The writer believes that national security, environmental protection, social and community development should not be infringed upon or sacrificed to compensate some big corporations under a Chapter 11 dispute, and clauses regarding this need to be stipulated.
IV.
Possible
Outcomes
1.
Minor
Changes
Trade talks tend to trip and fall on the details, which is why they often take years to conclude. The
negotiations for NAFTA should
have proceeded much faster and be close to the completion phase, before campaigning starts for Mexico’s presidential election in
2018. A deal could
be possible if all the parties can hold onto their common ground and take efforts
to reconcile the differences, even through some trade-offs, for example, by picking a fight with China over one side’s lax
observance of intellectual-property rights, or by working towards a common labor standard
structure in NAFTA.
2.
Dissolution
or Walk away
Dissolution
is the most unfavorable option, but countries like the US and Canada should be
able to sustain and find some new ways to deal with each other, for example,
under a new bilateral trade agreement or under the WTO framework. Actually
almost half of Canadian exporters no longer use the NAFTA preference in their
trade arrangements, which means the differences between NAFTA and WTO and
between NAFTA and FTA are negligible, or, NAFTA has be modernized and made more
efficient. Also, in May 2017, the 11 remaining members of the TPP, including
Canada and Mexico, agreed to proceed with the trade deal without U.S.
participation[xxi].
3.
Constructive
Major Changes
The
negotiators should not dwell on the volume of deficits as that means the higher
the volume, the more advantage the importing country has acquired. Nor should
they argue whether to keep the third party arbitration panels, as they serve as
a guarantee for a fair not a foul game. What changes, then, should there be?

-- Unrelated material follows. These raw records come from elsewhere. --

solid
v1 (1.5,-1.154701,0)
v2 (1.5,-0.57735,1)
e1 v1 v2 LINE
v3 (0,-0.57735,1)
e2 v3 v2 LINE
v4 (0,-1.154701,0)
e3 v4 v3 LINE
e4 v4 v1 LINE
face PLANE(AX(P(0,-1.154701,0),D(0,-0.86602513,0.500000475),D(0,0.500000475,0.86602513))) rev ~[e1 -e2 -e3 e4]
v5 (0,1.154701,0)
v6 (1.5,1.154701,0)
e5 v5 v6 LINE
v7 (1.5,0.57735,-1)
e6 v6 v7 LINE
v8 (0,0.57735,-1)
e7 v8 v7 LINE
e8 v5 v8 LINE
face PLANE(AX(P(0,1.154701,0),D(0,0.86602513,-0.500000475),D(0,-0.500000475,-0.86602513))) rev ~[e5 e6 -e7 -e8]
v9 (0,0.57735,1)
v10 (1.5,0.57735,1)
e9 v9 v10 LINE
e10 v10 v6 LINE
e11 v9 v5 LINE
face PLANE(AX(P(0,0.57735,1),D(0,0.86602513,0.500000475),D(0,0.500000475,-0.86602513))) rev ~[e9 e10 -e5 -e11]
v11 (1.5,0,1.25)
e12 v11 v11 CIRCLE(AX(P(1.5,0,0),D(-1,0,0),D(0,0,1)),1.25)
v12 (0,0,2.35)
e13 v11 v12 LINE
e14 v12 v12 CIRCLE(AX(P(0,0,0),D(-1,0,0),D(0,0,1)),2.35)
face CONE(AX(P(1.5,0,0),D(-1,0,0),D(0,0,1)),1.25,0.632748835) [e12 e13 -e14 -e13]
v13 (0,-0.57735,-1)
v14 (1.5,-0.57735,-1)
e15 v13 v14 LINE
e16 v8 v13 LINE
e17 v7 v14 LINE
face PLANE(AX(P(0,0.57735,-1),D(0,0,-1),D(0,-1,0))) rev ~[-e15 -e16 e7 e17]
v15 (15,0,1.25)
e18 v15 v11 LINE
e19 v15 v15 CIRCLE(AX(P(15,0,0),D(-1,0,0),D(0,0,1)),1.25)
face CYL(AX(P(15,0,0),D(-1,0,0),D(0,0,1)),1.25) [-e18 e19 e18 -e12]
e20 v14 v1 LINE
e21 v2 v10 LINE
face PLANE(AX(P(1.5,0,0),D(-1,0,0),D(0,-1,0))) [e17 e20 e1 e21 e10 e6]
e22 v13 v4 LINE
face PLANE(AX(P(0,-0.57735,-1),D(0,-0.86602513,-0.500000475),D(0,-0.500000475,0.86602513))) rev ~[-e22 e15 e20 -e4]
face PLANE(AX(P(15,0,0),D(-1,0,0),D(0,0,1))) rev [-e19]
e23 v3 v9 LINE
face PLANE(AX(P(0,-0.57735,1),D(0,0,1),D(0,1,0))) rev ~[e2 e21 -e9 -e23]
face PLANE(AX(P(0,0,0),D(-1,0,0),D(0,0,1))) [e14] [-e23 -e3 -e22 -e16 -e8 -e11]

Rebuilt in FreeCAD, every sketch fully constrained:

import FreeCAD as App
import Part
import Sketcher
from FreeCAD import Vector


def add_polygon(sketch, points):
    """Adds a closed chain of lines whose ends are joined by coincident constraints."""
    first, n = sketch.GeometryCount, len(points)
    for a, b in zip(points, points[1:] + points[:1]):
        sketch.addGeometry(Part.LineSegment(App.Vector(*a, 0), App.Vector(*b, 0)), False)
    for i in range(n):
        sketch.addConstraint(Sketcher.Constraint("Coincident", first + i, 2, first + (i + 1) % n, 1))

doc = App.newDocument("Part")
params = doc.addObject("Spreadsheet::Sheet", "Params")
for row, (alias, value) in enumerate([
    ("sketch1_width", "15 mm"),
    ("sketch1_width2", "13.5 mm"),
    ("sketch1_height", "2.35 mm"),
    ("sketch1_height2", "1.25 mm"),
    ("revolution_angle", "360 deg"),
    ("pocket1_length", "1.5 mm"),
], start=1):
    params.set(f"A{row}", alias)
    params.set(f"B{row}", "=" + value)
    params.setAlias(f"B{row}", alias)

body = doc.addObject("PartDesign::Body", "Body")

# Sketch on XZ plane
sketch1 = body.newObject("Sketcher::SketchObject", "Sketch")
sketch1.AttachmentSupport = (doc.getObject("XZ_Plane"), [""])
sketch1.MapMode = "FlatFace"
add_polygon(sketch1, [(0, 2.4), (0, 0), (15, 0), (15, 1.2), (1.5, 1.2)])  # lines 0-4
sketch1.addConstraint(Sketcher.Constraint("Vertical", 0))
sketch1.addConstraint(Sketcher.Constraint("Horizontal", 1))
sketch1.addConstraint(Sketcher.Constraint("Vertical", 2))
sketch1.addConstraint(Sketcher.Constraint("Horizontal", 3))
sketch1.addConstraint(Sketcher.Constraint("Coincident", 0, 2, -1, 1))
sketch1.addConstraint(Sketcher.Constraint("DistanceX", 1, 1, 1, 2, 15.0))
sketch1.addConstraint(Sketcher.Constraint("DistanceX", 3, 2, 3, 1, 13.5))
sketch1.addConstraint(Sketcher.Constraint("DistanceY", 0, 2, 0, 1, 2.35))
sketch1.addConstraint(Sketcher.Constraint("DistanceY", 2, 1, 2, 2, 1.25))
sketch1.setExpression("Constraints[10]", "Params.sketch1_width")
sketch1.setExpression("Constraints[11]", "Params.sketch1_width2")
sketch1.setExpression("Constraints[12]", "Params.sketch1_height")
sketch1.setExpression("Constraints[13]", "Params.sketch1_height2")
revolution = body.newObject("PartDesign::Revolution", "Revolution")
revolution.Profile = sketch1
revolution.ReferenceAxis = (sketch1, ["H_Axis"])
revolution.setExpression("Angle", "Params.revolution_angle")

# Sketch on YZ plane
sketch2 = body.newObject("Sketcher::SketchObject", "Sketch001")
sketch2.AttachmentSupport = (doc.getObject("YZ_Plane"), [""])
sketch2.MapMode = "FlatFace"
add_polygon(sketch2, [(-0.6, -1), (-1.2, 0), (-0.6, 1), (0.6, 1), (1.2, 0), (0.6, -1)])  # lines 0-5
sketch2.addConstraint(Sketcher.Constraint("Horizontal", 2))
sketch2.addConstraint(Sketcher.Constraint("Horizontal", 5))
sketch2.addConstraint(Sketcher.Constraint("Symmetric", 0, 2, 3, 2, -1, 1))
sketch2.addConstraint(Sketcher.Constraint("Symmetric", 1, 2, 4, 2, -1, 1))
sketch2.addConstraint(Sketcher.Constraint("PointOnObject", 0, 2, -1))
sketch2.addConstraint(Sketcher.Constraint("Parallel", 0, 3))
sketch2.addConstraint(Sketcher.Constraint("Vertical", 2, 2, 4, 2))
sketch2.addConstraint(Sketcher.Constraint("DistanceY", -1, 1, 1, 2, 1.0))
sketch2.addConstraint(Sketcher.Constraint("DistanceX", 2, 1, 2, 2, 1.1547))
sketch2.addConstraint(Sketcher.Constraint("Distance", 0, 1.154701))
pocket1 = body.newObject("PartDesign::Pocket", "Pocket")
pocket1.Profile = sketch2
pocket1.setExpression("Length", "Params.pocket1_length")
pocket1.Reversed = True

doc.recompute()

The constructive changes would be: more streamlined custom passing procedures,
lower tariffs, fewer subsidies for domestic industries and less other
non-tariff barriers, and more areas open for professional people to work freely
among the three countries.
V.
Suggested
Solutions
1.
Focus
on Size of the Pie instead of Its Share
From the map, one can see that more
than 70% of American states rely on trade with Canada as the top partner. For
years, the Canadian government has repeated its claim that Canada is the most
important foreign market for 35 U.S. states. This map is posted on a government
website that promotes trade ((SOURCE: STATSCAN). In some earlier months, Mr.
Trump's inner circle strongly disagreed about what demands to make in NAFTA
renegotiations. Treasury Secretary Steve Mnuchin and Mr. Trump's son-in-law
Jared Kushner wanted to enhance NAFTA and make cross-border business easier for
corporations. The Canadian negotiators are not clear what the mercurial Mr.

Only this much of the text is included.